He said the EU could provide low-cost, long maturity loans and consideration must also be given to special grants from EU states, and higher development assistance.
In an op-ed in the Wall Street Journal, Ackermann said Britain’s recent decision to leave the union was a major shock for the UK and the EU, and has reignited the debate about how best to achieve the objectives of the European project.
He said views on the way forward differed, but the consensus was that more convergence and solidarity were needed.
The island’s potential reunification offered the EU the opportunity to demonstrate its ideals and the value of its policy and institutional framework, the BoC chairman said.

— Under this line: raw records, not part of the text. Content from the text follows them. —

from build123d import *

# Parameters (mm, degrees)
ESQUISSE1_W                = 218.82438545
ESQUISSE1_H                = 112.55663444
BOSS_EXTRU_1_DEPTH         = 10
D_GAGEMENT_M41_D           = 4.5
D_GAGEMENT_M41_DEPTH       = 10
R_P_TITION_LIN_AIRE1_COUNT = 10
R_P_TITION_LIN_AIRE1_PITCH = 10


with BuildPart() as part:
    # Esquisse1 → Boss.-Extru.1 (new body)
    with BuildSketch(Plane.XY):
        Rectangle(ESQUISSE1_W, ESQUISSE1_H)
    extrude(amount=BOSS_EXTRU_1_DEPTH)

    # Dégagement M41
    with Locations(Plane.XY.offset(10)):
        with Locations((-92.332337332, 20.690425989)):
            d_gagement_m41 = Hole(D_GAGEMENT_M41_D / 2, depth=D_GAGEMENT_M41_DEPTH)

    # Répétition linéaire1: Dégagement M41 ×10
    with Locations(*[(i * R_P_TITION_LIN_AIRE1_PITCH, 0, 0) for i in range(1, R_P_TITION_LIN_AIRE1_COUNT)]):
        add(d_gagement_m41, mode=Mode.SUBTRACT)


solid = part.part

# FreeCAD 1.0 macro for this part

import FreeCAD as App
import Part
import Sketcher
from FreeCAD import Vector


def add_polygon(sketch, points):
    """Adds a closed chain of lines whose ends are joined by coincident constraints."""
    first, n = sketch.GeometryCount, len(points)
    for a, b in zip(points, points[1:] + points[:1]):
        sketch.addGeometry(Part.LineSegment(App.Vector(*a, 0), App.Vector(*b, 0)), False)
    for i in range(n):
        sketch.addConstraint(Sketcher.Constraint("Coincident", first + i, 2, first + (i + 1) % n, 1))

doc = App.newDocument("Part")
body = doc.addObject("PartDesign::Body", "Body")

sketch1 = doc.addObject("Sketcher::SketchObject", "Sketch")
body.addObject(sketch1)
sketch1.AttachmentSupport = (doc.XY_Plane, [""])
sketch1.MapMode = "FlatFace"
add_polygon(sketch1, [(-109, 56), (-109, -56), (109, -56), (109, 56)])
sketch1.addConstraint([
    Sketcher.Constraint("Vertical", 0),
    Sketcher.Constraint("Horizontal", 1),
    Sketcher.Constraint("Vertical", 2),
    Sketcher.Constraint("Horizontal", 3),
    Sketcher.Constraint("Symmetric", 0, 2, 2, 2, -1, 1),
    Sketcher.Constraint("DistanceX", 1, 1, 1, 2, 218.824385),
    Sketcher.Constraint("DistanceY", 0, 2, 0, 1, 112.556634),
])
pad1 = doc.addObject("PartDesign::Pad", "Pad")
body.addObject(pad1)
pad1.Profile = sketch1
pad1.Length = 10

sketch2 = doc.addObject("Sketcher::SketchObject", "Sketch001")
body.addObject(sketch2)
sketch2.AttachmentSupport = (doc.XY_Plane, [""])
sketch2.MapMode = "FlatFace"
sketch2.AttachmentOffset = App.Placement(Vector(0, 0, 10), App.Rotation())
sketch2.addGeometry(Part.Circle(Vector(-92.3, 20.7, 0), Vector(0, 0, 1), 2.2), False)
sketch2.addConstraint([
    Sketcher.Constraint("Diameter", 0, 4.5),
    Sketcher.Constraint("DistanceX", 0, 3, -1, 1, 92.332337),
    Sketcher.Constraint("DistanceY", -1, 1, 0, 3, 20.690426),
])
doc.recompute()
hole = doc.addObject("PartDesign::Hole", "Hole")
body.addObject(hole)
hole.Profile = sketch2
hole.ThreadType = "None"
hole.Diameter = 4.5
hole.DepthType = "Dimension"
hole.Depth = 10
hole.DrillPoint = "Flat"
doc.recompute()

linearpattern = doc.addObject("PartDesign::LinearPattern", "LinearPattern")
body.addObject(linearpattern)
linearpattern.Originals = [hole]
linearpattern.Direction = (doc.X_Axis, [""])
linearpattern.Mode = "offset"
linearpattern.Offset = 10
linearpattern.Occurrences = 10
body.Tip = linearpattern

doc.recompute()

“EU support for Cyprus’ potential reunification would clearly make a difference to Cyprus, but also demonstrate that the policy, institutional and legal framework that the EU has painfully built can provide the basis for uniting the peoples of Europe.”
Ackermann wrote that progress had been achieved between Greek and Turkish Cypriots in the reunification negotiations but certain issues still had to be addressed.
The Swiss banker said viability of any solution would entail large financing needs but a successful agreement would have major potential benefits for both communities and the region in general.
Once the solution was endorsed by the people, the EU should pledge “that it will stand ready to provide appropriate financial assistance.”
Low-cost loans and higher development assistance should be granted but they will not be enough, he said.
“Consideration should be given to special grants from EU states, as well as loans with long maturity, low interest, and long grace periods from special agencies such as the European Stability Mechanism.”